═════ Records provided

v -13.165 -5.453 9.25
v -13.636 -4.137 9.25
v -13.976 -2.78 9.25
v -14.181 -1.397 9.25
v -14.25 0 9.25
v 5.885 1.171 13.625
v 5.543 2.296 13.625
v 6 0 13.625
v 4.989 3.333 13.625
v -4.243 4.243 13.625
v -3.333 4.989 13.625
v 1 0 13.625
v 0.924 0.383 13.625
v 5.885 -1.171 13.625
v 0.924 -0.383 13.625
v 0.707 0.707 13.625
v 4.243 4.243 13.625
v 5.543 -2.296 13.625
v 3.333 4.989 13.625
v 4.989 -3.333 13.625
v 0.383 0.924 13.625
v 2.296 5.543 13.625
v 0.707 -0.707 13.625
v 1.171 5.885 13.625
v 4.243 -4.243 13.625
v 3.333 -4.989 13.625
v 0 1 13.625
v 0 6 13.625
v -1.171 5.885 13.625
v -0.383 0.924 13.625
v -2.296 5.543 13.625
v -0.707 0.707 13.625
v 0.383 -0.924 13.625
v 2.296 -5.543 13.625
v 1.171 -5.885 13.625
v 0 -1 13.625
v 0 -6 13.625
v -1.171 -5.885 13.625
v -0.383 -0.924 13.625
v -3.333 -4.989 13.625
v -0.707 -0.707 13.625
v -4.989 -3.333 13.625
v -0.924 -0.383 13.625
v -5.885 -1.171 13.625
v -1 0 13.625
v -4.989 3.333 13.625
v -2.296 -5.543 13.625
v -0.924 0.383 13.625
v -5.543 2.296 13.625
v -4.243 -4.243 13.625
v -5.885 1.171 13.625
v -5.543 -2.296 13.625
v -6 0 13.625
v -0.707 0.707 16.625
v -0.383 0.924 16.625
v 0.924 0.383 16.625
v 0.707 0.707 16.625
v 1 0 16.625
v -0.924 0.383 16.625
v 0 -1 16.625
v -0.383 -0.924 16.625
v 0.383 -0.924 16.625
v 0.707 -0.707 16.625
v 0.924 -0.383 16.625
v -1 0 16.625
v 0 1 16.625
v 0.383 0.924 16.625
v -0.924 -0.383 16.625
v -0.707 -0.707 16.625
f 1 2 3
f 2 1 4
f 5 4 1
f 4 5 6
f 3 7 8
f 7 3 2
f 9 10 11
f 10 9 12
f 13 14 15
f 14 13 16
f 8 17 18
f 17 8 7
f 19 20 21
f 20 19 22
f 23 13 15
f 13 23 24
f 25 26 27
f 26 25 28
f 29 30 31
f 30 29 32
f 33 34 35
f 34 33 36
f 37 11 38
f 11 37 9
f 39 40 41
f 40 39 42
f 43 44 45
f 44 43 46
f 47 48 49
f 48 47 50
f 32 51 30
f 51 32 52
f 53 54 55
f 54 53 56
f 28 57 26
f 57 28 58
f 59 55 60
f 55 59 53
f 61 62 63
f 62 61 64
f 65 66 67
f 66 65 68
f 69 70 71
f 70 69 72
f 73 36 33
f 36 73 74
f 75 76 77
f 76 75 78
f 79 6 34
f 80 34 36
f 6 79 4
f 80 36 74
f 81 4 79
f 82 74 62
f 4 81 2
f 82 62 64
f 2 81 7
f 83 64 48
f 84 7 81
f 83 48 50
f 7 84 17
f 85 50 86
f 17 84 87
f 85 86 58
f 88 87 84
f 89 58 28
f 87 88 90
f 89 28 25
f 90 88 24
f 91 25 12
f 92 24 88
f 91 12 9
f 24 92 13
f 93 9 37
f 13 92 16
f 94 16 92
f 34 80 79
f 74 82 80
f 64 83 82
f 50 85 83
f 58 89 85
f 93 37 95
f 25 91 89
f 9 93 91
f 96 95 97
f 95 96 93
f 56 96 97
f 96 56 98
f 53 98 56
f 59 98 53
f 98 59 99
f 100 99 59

══════════
═════ Records provided

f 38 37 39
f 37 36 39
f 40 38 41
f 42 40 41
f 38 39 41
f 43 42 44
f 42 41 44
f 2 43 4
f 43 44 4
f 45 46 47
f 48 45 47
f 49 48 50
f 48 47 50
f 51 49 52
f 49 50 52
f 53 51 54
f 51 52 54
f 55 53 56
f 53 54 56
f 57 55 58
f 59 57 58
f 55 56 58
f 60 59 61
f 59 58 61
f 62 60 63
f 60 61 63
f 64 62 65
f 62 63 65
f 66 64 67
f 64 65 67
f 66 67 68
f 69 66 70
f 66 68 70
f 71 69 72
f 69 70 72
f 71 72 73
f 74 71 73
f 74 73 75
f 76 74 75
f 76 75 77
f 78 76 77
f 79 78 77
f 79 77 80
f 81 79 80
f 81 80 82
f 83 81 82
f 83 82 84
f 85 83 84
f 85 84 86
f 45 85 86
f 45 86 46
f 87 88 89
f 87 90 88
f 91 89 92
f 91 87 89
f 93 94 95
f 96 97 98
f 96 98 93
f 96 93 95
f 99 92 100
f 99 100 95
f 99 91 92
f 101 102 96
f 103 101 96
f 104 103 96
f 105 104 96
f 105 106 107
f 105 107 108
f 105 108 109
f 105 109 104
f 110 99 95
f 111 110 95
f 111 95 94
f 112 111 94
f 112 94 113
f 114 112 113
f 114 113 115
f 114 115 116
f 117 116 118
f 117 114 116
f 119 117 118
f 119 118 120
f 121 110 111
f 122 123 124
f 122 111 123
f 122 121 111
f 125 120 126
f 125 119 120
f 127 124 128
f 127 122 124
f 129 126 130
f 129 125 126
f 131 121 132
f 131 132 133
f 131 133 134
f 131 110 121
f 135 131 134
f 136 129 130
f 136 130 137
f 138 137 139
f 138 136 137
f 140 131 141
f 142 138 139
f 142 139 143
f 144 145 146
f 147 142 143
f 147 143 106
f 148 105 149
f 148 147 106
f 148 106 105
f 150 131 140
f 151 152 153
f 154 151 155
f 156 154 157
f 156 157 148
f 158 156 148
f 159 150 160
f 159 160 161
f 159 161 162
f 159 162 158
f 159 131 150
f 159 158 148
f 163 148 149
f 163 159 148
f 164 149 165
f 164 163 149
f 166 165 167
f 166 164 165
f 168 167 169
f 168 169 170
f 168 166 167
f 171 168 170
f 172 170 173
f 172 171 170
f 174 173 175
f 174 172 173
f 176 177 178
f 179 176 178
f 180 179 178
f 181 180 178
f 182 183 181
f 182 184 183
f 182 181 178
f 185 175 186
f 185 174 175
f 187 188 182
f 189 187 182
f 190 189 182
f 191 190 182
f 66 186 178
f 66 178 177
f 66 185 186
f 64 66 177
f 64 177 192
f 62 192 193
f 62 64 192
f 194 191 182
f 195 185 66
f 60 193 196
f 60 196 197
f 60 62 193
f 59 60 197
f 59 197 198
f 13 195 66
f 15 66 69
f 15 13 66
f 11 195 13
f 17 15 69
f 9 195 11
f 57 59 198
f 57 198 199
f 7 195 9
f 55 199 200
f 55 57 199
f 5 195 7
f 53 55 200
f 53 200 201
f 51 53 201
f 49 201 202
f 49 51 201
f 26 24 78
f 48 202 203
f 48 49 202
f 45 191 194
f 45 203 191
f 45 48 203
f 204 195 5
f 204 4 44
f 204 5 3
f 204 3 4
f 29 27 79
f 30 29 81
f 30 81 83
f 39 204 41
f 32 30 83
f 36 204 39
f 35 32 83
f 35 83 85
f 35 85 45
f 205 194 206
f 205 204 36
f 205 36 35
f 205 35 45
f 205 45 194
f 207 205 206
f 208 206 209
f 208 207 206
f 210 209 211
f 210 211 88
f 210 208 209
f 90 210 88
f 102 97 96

══════════

Task prompt:
Wherever the line holding "f 59 60 197" falls in the entries above, copy exactly from it through the line holding "f 102 97 96", inclusive, and add nothing.

Output below:
f 59 60 197
f 59 197 198
f 13 195 66
f 15 66 69
f 15 13 66
f 11 195 13
f 17 15 69
f 9 195 11
f 57 59 198
f 57 198 199
f 7 195 9
f 55 199 200
f 55 57 199
f 5 195 7
f 53 55 200
f 53 200 201
f 51 53 201
f 49 201 202
f 49 51 201
f 26 24 78
f 48 202 203
f 48 49 202
f 45 191 194
f 45 203 191
f 45 48 203
f 204 195 5
f 204 4 44
f 204 5 3
f 204 3 4
f 29 27 79
f 30 29 81
f 30 81 83
f 39 204 41
f 32 30 83
f 36 204 39
f 35 32 83
f 35 83 85
f 35 85 45
f 205 194 206
f 205 204 36
f 205 36 35
f 205 35 45
f 205 45 194
f 207 205 206
f 208 206 209
f 208 207 206
f 210 209 211
f 210 211 88
f 210 208 209
f 90 210 88
f 102 97 96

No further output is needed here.